- _TASK STATEMENT_
Please filter the listing below and copy out the lines that hold "Rectangle".

- _DATA LISTING_
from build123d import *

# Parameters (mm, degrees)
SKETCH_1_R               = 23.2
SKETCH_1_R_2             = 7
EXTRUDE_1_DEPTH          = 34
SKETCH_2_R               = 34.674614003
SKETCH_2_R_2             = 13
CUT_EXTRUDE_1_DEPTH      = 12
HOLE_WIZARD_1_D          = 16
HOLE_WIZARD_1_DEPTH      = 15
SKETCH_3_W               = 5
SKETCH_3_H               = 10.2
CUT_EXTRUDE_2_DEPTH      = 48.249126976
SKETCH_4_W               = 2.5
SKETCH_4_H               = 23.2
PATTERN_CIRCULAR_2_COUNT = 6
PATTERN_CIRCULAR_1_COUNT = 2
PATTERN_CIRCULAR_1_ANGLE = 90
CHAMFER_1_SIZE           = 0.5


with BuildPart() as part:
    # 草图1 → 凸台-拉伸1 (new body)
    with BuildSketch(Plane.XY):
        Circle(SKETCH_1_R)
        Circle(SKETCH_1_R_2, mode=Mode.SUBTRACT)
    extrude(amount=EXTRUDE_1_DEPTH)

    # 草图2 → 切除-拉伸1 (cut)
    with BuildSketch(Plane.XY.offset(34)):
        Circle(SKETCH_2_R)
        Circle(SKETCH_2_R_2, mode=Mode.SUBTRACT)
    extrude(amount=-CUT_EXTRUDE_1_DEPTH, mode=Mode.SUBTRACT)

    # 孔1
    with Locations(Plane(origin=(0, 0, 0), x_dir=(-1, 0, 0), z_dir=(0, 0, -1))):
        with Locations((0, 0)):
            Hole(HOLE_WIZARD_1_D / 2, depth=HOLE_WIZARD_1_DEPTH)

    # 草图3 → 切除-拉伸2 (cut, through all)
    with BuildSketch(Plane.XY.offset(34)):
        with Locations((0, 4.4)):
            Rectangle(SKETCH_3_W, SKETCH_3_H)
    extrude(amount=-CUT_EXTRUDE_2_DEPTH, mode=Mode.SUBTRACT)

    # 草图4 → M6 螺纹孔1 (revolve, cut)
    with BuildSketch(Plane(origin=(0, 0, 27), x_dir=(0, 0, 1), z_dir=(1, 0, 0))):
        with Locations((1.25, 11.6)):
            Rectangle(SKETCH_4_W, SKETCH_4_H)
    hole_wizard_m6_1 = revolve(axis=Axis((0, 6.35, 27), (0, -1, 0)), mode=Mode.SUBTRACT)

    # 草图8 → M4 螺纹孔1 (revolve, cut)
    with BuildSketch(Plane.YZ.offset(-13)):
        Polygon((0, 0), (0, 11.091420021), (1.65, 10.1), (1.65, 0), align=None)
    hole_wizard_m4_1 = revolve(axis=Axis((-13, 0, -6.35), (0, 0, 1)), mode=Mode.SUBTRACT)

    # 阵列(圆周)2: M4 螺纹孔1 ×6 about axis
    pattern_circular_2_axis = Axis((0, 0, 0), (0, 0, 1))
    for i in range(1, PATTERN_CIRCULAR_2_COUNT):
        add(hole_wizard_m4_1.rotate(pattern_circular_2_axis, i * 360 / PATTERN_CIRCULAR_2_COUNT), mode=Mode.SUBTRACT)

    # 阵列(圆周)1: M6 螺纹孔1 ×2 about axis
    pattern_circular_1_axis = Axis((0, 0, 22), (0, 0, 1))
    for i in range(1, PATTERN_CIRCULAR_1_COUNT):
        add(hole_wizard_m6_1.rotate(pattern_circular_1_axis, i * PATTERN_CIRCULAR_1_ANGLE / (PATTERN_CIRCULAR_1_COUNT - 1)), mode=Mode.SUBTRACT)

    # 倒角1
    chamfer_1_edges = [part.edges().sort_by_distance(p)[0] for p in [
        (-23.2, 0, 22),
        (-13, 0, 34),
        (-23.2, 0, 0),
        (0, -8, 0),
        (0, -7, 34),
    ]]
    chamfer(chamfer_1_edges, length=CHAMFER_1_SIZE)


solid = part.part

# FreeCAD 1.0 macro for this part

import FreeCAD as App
import Part
import Sketcher

V = App.Vector
Q = App.Units.Quantity


def edges_at(feature, points):
    """Names of the edges that pass closest to the given points."""
    edges = feature.Shape.Edges
    near = lambda p: min(range(len(edges)), key=lambda i: edges[i].distToShape(Part.Vertex(*p))[0])
    return sorted({f"Edge{near(p) + 1}" for p in points})


def add_polygon(sketch, points):
    """Adds a closed chain of lines whose ends are joined by coincident constraints."""
    first, n = sketch.GeometryCount, len(points)
    for a, b in zip(points, points[1:] + points[:1]):
        sketch.addGeometry(Part.LineSegment(App.Vector(*a, 0), App.Vector(*b, 0)), False)
    for i in range(n):
        sketch.addConstraint(Sketcher.Constraint("Coincident", first + i, 2, first + (i + 1) % n, 1))

doc = App.newDocument("Part")
params = doc.addObject("Spreadsheet::Sheet", "Params")
for row, (alias, value) in enumerate([
    ("sketch1_diameter", "14 mm"),
    ("sketch1_diameter2", "46.4 mm"),
    ("pad1_length", "34 mm"),
    ("sketch2_diameter", "26 mm"),
    ("pocket1_length", "12 mm"),
    ("sketch3_diameter", "16 mm"),
    ("hole_diameter", "16 mm"),
    ("hole_depth", "15 mm"),
    ("sketch4_width", "5 mm"),
    ("sketch4_height", "10.2 mm"),
    ("sketch5_width", "23.2 mm"),
    ("sketch5_height", "2.5 mm"),
    ("groove_angle", "360 deg"),
    ("sketch6_height", "10.1 mm"),
    ("sketch6_width", "1.65 mm"),
    ("groove2_angle", "360 deg"),
    ("chamfer_size", "0.5 mm"),
], start=1):
    params.set(f"A{row}", alias)
    params.set(f"B{row}", "=" + value)
    params.setAlias(f"B{row}", alias)

body = doc.addObject("PartDesign::Body", "Body")

# Sketch on XY plane
sketch1 = doc.addObject("Sketcher::SketchObject", "Sketch")
body.addObject(sketch1)
sketch1.AttachmentSupport = (doc.XY_Plane, [""])
sketch1.MapMode = "FlatFace"
sketch1.addGeometry([
    Part.Circle(V(0, 0, 0), V(0, 0, 1), 23.2),
    Part.Circle(V(0, 0, 0), V(0, 0, 1), 7),
], False)
sketch1.addConstraint([
    Sketcher.Constraint("Coincident", 0, 3, -1, 1),
    Sketcher.Constraint("Coincident", 1, 3, -1, 1),
    Sketcher.Constraint("Diameter", 1, 14.0),
    Sketcher.Constraint("Diameter", 0, 46.4),
])
sketch1.setExpression("Constraints[2]", "Params.sketch1_diameter")
sketch1.setExpression("Constraints[3]", "Params.sketch1_diameter2")
pad1 = doc.addObject("PartDesign::Pad", "Pad")
body.addObject(pad1)
pad1.Profile = sketch1
pad1.setExpression("Length", "Params.pad1_length")

# Sketch on XY plane
sketch2 = doc.addObject("Sketcher::SketchObject", "Sketch001")
body.addObject(sketch2)
sketch2.AttachmentSupport = (doc.XY_Plane, [""])
sketch2.MapMode = "FlatFace"
sketch2.AttachmentOffset = App.Placement(V(0, 0, 34), App.Rotation())
sketch2.addGeometry([
    Part.Circle(V(0, 0, 0), V(0, 0, 1), 34.674614),
    Part.Circle(V(0, 0, 0), V(0, 0, 1), 13),
], False)
sketch2.addConstraint([
    Sketcher.Constraint("Coincident", 0, 3, -1, 1),
    Sketcher.Constraint("Coincident", 1, 3, -1, 1),
    Sketcher.Constraint("Diameter", 1, 26.0),
    Sketcher.Constraint("Diameter", 0, 69.349228),
])
sketch2.setExpression("Constraints[2]", "Params.sketch2_diameter")
pocket1 = doc.addObject("PartDesign::Pocket", "Pocket")
body.addObject(pocket1)
pocket1.Profile = sketch2
pocket1.setExpression("Length", "Params.pocket1_length")

# Sketch on XY plane
sketch3 = doc.addObject("Sketcher::SketchObject", "Sketch002")
body.addObject(sketch3)
sketch3.AttachmentSupport = (doc.XY_Plane, [""])
sketch3.MapMode = "FlatFace"
sketch3.addGeometry(Part.Circle(V(0, 0, 0), V(0, 0, 1), 8), False)
sketch3.addConstraint([
    Sketcher.Constraint("Coincident", 0, 3, -1, 1),
    Sketcher.Constraint("Diameter", 0, 16.0),
])
sketch3.setExpression("Constraints[1]", "Params.sketch3_diameter")
doc.recompute()
hole = doc.addObject("PartDesign::Hole", "Hole")
body.addObject(hole)
hole.Profile = sketch3
hole.ThreadType = "None"
hole.setExpression("Diameter", "Params.hole_diameter")
hole.DepthType = "Dimension"
hole.setExpression("Depth", "Params.hole_depth")
hole.DrillPoint = "Flat"
hole.Reversed = True

# Sketch on XY plane
sketch4 = doc.addObject("Sketcher::SketchObject", "Sketch003")
body.addObject(sketch4)
sketch4.AttachmentSupport = (doc.XY_Plane, [""])
sketch4.MapMode = "FlatFace"
sketch4.AttachmentOffset = App.Placement(V(0, 0, 34), App.Rotation())
add_polygon(sketch4, [(-2.5, 9.5), (-2.5, -0.7), (2.5, -0.7), (2.5, 9.5)])  # lines 0-3
sketch4.addConstraint([
    Sketcher.Constraint("Vertical", 0),
    Sketcher.Constraint("Horizontal", 1),
    Sketcher.Constraint("Vertical", 2),
    Sketcher.Constraint("Horizontal", 3),
    Sketcher.Constraint("DistanceX", 1, 1, 1, 2, 5.0),
    Sketcher.Constraint("DistanceY", 0, 2, 0, 1, 10.2),
    Sketcher.Constraint("DistanceX", 0, 2, -1, 1, 2.5),
    Sketcher.Constraint("DistanceY", 0, 2, -1, 1, 0.7),
])
sketch4.setExpression("Constraints[8]", "Params.sketch4_width")
sketch4.setExpression("Constraints[9]", "Params.sketch4_height")
pocket2 = doc.addObject("PartDesign::Pocket", "Pocket001")
body.addObject(pocket2)
pocket2.Profile = sketch4
pocket2.Type = "ThroughAll"

# Sketch on YZ plane
sketch5 = doc.addObject("Sketcher::SketchObject", "Sketch004")
body.addObject(sketch5)
sketch5.AttachmentSupport = (doc.YZ_Plane, [""])
sketch5.MapMode = "FlatFace"
add_polygon(sketch5, [(-23.2, 27), (0, 27), (0, 29.5), (-23.2, 29.5)])  # lines 0-3
sketch5.addGeometry(Part.LineSegment(V(0, 27, 0), V(-23.2, 27, 0)), True)  # axis
sketch5.addConstraint([
    Sketcher.Constraint("Horizontal", 0),
    Sketcher.Constraint("Vertical", 1),
    Sketcher.Constraint("Horizontal", 2),
    Sketcher.Constraint("Vertical", 3),
    Sketcher.Constraint("Horizontal", 4),
    Sketcher.Constraint("Coincident", 4, 1, 0, 2),
    Sketcher.Constraint("PointOnObject", 0, 2, -2),
    Sketcher.Constraint("Vertical", 2, 2, 4, 2),
    Sketcher.Constraint("DistanceX", 0, 1, 0, 2, 23.2),
    Sketcher.Constraint("DistanceY", 1, 1, 1, 2, 2.5),
    Sketcher.Constraint("DistanceY", -1, 1, 0, 2, 27.0),
])
sketch5.setExpression("Constraints[12]", "Params.sketch5_width")
sketch5.setExpression("Constraints[13]", "Params.sketch5_height")
groove = doc.addObject("PartDesign::Groove", "Groove")
body.addObject(groove)
groove.Profile = sketch5
groove.ReferenceAxis = (sketch5, ["Axis0"])
groove.setExpression("Angle", "Params.groove_angle")

# Sketch on YZ plane
sketch6 = doc.addObject("Sketcher::SketchObject", "Sketch005")
body.addObject(sketch6)
sketch6.AttachmentSupport = (doc.YZ_Plane, [""])
sketch6.MapMode = "FlatFace"
sketch6.AttachmentOffset = App.Placement(V(0, 0, -13), App.Rotation())
add_polygon(sketch6, [(0, 11.09142), (0, 0), (1.65, 0), (1.65, 10.1)])  # lines 0-3
sketch6.addConstraint([
    Sketcher.Constraint("Vertical", 0),
    Sketcher.Constraint("Horizontal", 1),
    Sketcher.Constraint("Vertical", 2),
    Sketcher.Constraint("Coincident", 0, 2, -1, 1),
    Sketcher.Constraint("Angle", 3, Q("149 deg")),
    Sketcher.Constraint("DistanceY", 2, 1, 2, 2, 10.1),
    Sketcher.Constraint("DistanceX", 1, 1, 1, 2, 1.65),
])
sketch6.setExpression("Constraints[9]", "Params.sketch6_height")
sketch6.setExpression("Constraints[10]", "Params.sketch6_width")
groove2 = doc.addObject("PartDesign::Groove", "Groove001")
body.addObject(groove2)
groove2.Profile = sketch6
groove2.ReferenceAxis = (sketch6, ["V_Axis"])
groove2.setExpression("Angle", "Params.groove2_angle")
doc.recompute()

polarpattern = doc.addObject("PartDesign::PolarPattern", "PolarPattern")
body.addObject(polarpattern)
polarpattern.Originals = [groove2]
polarpattern.Axis = (doc.Z_Axis, [""])
polarpattern.Angle = 360
polarpattern.Occurrences = 6
body.Tip = polarpattern
doc.recompute()

polarpattern2 = doc.addObject("PartDesign::PolarPattern", "PolarPattern001")
body.addObject(polarpattern2)
polarpattern2.Originals = [groove]
polarpattern2.Axis = (doc.Z_Axis, [""])
polarpattern2.Angle = 90
polarpattern2.Occurrences = 2
body.Tip = polarpattern2
doc.recompute()

chamfer = doc.addObject("PartDesign::Chamfer", "Chamfer")
body.addObject(chamfer)
chamfer.Base = (polarpattern2, edges_at(polarpattern2, [
    (-23.2, 0, 22),
    (-13, 0, 34),
    (-23.2, 0, 0),
    (0, -8, 0),
    (0, -7, 34),
]))
chamfer.setExpression("Size", "Params.chamfer_size")

doc.recompute()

- _ANSWER AREA_
            Rectangle(SKETCH_3_W, SKETCH_3_H)
            Rectangle(SKETCH_4_W, SKETCH_4_H)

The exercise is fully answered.